Problem to work on:
Here are some entries; quote each one exactly.

○ ○ ○ ○ ○

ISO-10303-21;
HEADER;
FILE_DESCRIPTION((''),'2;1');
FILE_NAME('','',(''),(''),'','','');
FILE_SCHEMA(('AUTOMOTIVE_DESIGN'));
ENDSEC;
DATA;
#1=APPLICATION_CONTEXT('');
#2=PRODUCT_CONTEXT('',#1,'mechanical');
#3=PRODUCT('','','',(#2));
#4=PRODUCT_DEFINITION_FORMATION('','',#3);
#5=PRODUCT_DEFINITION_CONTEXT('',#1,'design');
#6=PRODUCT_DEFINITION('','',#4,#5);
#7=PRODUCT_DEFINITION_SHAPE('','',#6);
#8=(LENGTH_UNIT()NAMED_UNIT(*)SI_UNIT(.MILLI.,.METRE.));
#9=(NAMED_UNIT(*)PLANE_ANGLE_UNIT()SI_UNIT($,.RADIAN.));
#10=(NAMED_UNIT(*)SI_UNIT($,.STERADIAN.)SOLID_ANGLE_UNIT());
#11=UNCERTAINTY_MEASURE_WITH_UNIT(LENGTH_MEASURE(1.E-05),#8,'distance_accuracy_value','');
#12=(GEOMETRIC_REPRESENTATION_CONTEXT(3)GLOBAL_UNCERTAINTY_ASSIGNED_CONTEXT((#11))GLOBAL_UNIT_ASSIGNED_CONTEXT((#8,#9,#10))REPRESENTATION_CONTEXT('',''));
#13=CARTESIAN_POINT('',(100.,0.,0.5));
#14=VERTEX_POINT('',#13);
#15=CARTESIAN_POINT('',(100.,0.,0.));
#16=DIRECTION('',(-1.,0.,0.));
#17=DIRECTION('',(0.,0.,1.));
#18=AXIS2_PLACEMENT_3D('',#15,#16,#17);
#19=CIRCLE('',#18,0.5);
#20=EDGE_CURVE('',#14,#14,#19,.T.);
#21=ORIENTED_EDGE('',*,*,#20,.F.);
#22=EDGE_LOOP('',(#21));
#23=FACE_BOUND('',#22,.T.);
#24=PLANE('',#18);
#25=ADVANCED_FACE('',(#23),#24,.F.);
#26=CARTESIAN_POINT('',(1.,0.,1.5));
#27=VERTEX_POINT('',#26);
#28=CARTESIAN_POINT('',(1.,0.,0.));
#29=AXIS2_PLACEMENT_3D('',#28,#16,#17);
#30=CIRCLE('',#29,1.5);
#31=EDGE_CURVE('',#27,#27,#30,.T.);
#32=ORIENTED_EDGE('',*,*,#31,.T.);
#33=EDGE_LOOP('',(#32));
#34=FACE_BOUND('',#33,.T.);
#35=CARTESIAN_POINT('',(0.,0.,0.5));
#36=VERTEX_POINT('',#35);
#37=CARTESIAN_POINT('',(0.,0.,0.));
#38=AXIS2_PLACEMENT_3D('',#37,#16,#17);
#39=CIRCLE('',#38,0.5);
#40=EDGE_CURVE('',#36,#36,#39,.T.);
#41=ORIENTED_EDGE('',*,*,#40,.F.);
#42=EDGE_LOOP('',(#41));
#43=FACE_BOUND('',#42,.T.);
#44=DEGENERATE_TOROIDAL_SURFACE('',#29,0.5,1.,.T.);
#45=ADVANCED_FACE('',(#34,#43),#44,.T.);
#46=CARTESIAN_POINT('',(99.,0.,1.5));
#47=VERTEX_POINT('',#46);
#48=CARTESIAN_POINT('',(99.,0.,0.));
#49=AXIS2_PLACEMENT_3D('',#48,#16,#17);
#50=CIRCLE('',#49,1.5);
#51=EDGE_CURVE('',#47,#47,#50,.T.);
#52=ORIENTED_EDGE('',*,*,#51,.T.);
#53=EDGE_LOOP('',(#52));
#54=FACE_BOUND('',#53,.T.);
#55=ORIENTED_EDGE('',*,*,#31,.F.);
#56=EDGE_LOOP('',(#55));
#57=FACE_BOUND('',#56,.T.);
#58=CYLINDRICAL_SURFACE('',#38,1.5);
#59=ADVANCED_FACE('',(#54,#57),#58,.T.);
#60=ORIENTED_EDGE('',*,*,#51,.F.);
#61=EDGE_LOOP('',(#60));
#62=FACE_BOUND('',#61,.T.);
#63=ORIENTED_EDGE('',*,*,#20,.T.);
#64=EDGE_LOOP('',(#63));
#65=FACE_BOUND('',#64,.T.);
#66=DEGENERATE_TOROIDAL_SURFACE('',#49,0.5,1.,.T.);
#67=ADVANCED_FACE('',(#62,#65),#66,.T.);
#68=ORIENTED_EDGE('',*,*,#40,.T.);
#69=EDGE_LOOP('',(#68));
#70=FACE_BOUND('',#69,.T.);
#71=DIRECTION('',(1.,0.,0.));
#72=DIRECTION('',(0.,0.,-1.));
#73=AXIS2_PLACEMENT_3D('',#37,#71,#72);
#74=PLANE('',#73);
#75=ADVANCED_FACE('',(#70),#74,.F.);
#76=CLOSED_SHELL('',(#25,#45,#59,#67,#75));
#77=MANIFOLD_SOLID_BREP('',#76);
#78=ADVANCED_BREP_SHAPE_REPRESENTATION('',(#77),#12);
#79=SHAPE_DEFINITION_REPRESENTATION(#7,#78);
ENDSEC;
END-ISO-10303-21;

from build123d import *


with BuildPart() as part:
    # Schizzo2 → Rivoluzione1 (revolve)
    with BuildSketch(Plane.XY):
        with BuildLine():
            Line((0, 0), (100, 0))
            Line((100, 0), (100, 0.5))
            ThreePointArc((100, 0.5), (99.707106781, 1.207106781), (99, 1.5))
            Line((99, 1.5), (1, 1.5))
            ThreePointArc((1, 1.5), (0.292893219, 1.207106781), (0, 0.5))
            Line((0, 0.5), (0, 0))
        make_face()
    revolve(axis=Axis((0, 0, 0), (1, 0, 0)))


solid = part.part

○ ○ ○ ○ ○

Answer area:
ISO-10303-21;
HEADER;
FILE_DESCRIPTION((''),'2;1');
FILE_NAME('','',(''),(''),'','','');
FILE_SCHEMA(('AUTOMOTIVE_DESIGN'));
ENDSEC;
DATA;
#1=APPLICATION_CONTEXT('');
#2=PRODUCT_CONTEXT('',#1,'mechanical');
#3=PRODUCT('','','',(#2));
#4=PRODUCT_DEFINITION_FORMATION('','',#3);
#5=PRODUCT_DEFINITION_CONTEXT('',#1,'design');
#6=PRODUCT_DEFINITION('','',#4,#5);
#7=PRODUCT_DEFINITION_SHAPE('','',#6);
#8=(LENGTH_UNIT()NAMED_UNIT(*)SI_UNIT(.MILLI.,.METRE.));
#9=(NAMED_UNIT(*)PLANE_ANGLE_UNIT()SI_UNIT($,.RADIAN.));
#10=(NAMED_UNIT(*)SI_UNIT($,.STERADIAN.)SOLID_ANGLE_UNIT());
#11=UNCERTAINTY_MEASURE_WITH_UNIT(LENGTH_MEASURE(1.E-05),#8,'distance_accuracy_value','');
#12=(GEOMETRIC_REPRESENTATION_CONTEXT(3)GLOBAL_UNCERTAINTY_ASSIGNED_CONTEXT((#11))GLOBAL_UNIT_ASSIGNED_CONTEXT((#8,#9,#10))REPRESENTATION_CONTEXT('',''));
#13=CARTESIAN_POINT('',(100.,0.,0.5));
#14=VERTEX_POINT('',#13);
#15=CARTESIAN_POINT('',(100.,0.,0.));
#16=DIRECTION('',(-1.,0.,0.));
#17=DIRECTION('',(0.,0.,1.));
#18=AXIS2_PLACEMENT_3D('',#15,#16,#17);
#19=CIRCLE('',#18,0.5);
#20=EDGE_CURVE('',#14,#14,#19,.T.);
#21=ORIENTED_EDGE('',*,*,#20,.F.);
#22=EDGE_LOOP('',(#21));
#23=FACE_BOUND('',#22,.T.);
#24=PLANE('',#18);
#25=ADVANCED_FACE('',(#23),#24,.F.);
#26=CARTESIAN_POINT('',(1.,0.,1.5));
#27=VERTEX_POINT('',#26);
#28=CARTESIAN_POINT('',(1.,0.,0.));
#29=AXIS2_PLACEMENT_3D('',#28,#16,#17);
#30=CIRCLE('',#29,1.5);
#31=EDGE_CURVE('',#27,#27,#30,.T.);
#32=ORIENTED_EDGE('',*,*,#31,.T.);
#33=EDGE_LOOP('',(#32));
#34=FACE_BOUND('',#33,.T.);
#35=CARTESIAN_POINT('',(0.,0.,0.5));
#36=VERTEX_POINT('',#35);
#37=CARTESIAN_POINT('',(0.,0.,0.));
#38=AXIS2_PLACEMENT_3D('',#37,#16,#17);
#39=CIRCLE('',#38,0.5);
#40=EDGE_CURVE('',#36,#36,#39,.T.);
#41=ORIENTED_EDGE('',*,*,#40,.F.);
#42=EDGE_LOOP('',(#41));
#43=FACE_BOUND('',#42,.T.);
#44=DEGENERATE_TOROIDAL_SURFACE('',#29,0.5,1.,.T.);
#45=ADVANCED_FACE('',(#34,#43),#44,.T.);
#46=CARTESIAN_POINT('',(99.,0.,1.5));
#47=VERTEX_POINT('',#46);
#48=CARTESIAN_POINT('',(99.,0.,0.));
#49=AXIS2_PLACEMENT_3D('',#48,#16,#17);
#50=CIRCLE('',#49,1.5);
#51=EDGE_CURVE('',#47,#47,#50,.T.);
#52=ORIENTED_EDGE('',*,*,#51,.T.);
#53=EDGE_LOOP('',(#52));
#54=FACE_BOUND('',#53,.T.);
#55=ORIENTED_EDGE('',*,*,#31,.F.);
#56=EDGE_LOOP('',(#55));
#57=FACE_BOUND('',#56,.T.);
#58=CYLINDRICAL_SURFACE('',#38,1.5);
#59=ADVANCED_FACE('',(#54,#57),#58,.T.);
#60=ORIENTED_EDGE('',*,*,#51,.F.);
#61=EDGE_LOOP('',(#60));
#62=FACE_BOUND('',#61,.T.);
#63=ORIENTED_EDGE('',*,*,#20,.T.);
#64=EDGE_LOOP('',(#63));
#65=FACE_BOUND('',#64,.T.);
#66=DEGENERATE_TOROIDAL_SURFACE('',#49,0.5,1.,.T.);
#67=ADVANCED_FACE('',(#62,#65),#66,.T.);
#68=ORIENTED_EDGE('',*,*,#40,.T.);
#69=EDGE_LOOP('',(#68));
#70=FACE_BOUND('',#69,.T.);
#71=DIRECTION('',(1.,0.,0.));
#72=DIRECTION('',(0.,0.,-1.));
#73=AXIS2_PLACEMENT_3D('',#37,#71,#72);
#74=PLANE('',#73);
#75=ADVANCED_FACE('',(#70),#74,.F.);
#76=CLOSED_SHELL('',(#25,#45,#59,#67,#75));
#77=MANIFOLD_SOLID_BREP('',#76);
#78=ADVANCED_BREP_SHAPE_REPRESENTATION('',(#77),#12);
#79=SHAPE_DEFINITION_REPRESENTATION(#7,#78);
ENDSEC;
END-ISO-10303-21;

from build123d import *


with BuildPart() as part:
    # Schizzo2 → Rivoluzione1 (revolve)
    with BuildSketch(Plane.XY):
        with BuildLine():
            Line((0, 0), (100, 0))
            Line((100, 0), (100, 0.5))
            ThreePointArc((100, 0.5), (99.707106781, 1.207106781), (99, 1.5))
            Line((99, 1.5), (1, 1.5))
            ThreePointArc((1, 1.5), (0.292893219, 1.207106781), (0, 0.5))
            Line((0, 0.5), (0, 0))
        make_face()
    revolve(axis=Axis((0, 0, 0), (1, 0, 0)))


solid = part.part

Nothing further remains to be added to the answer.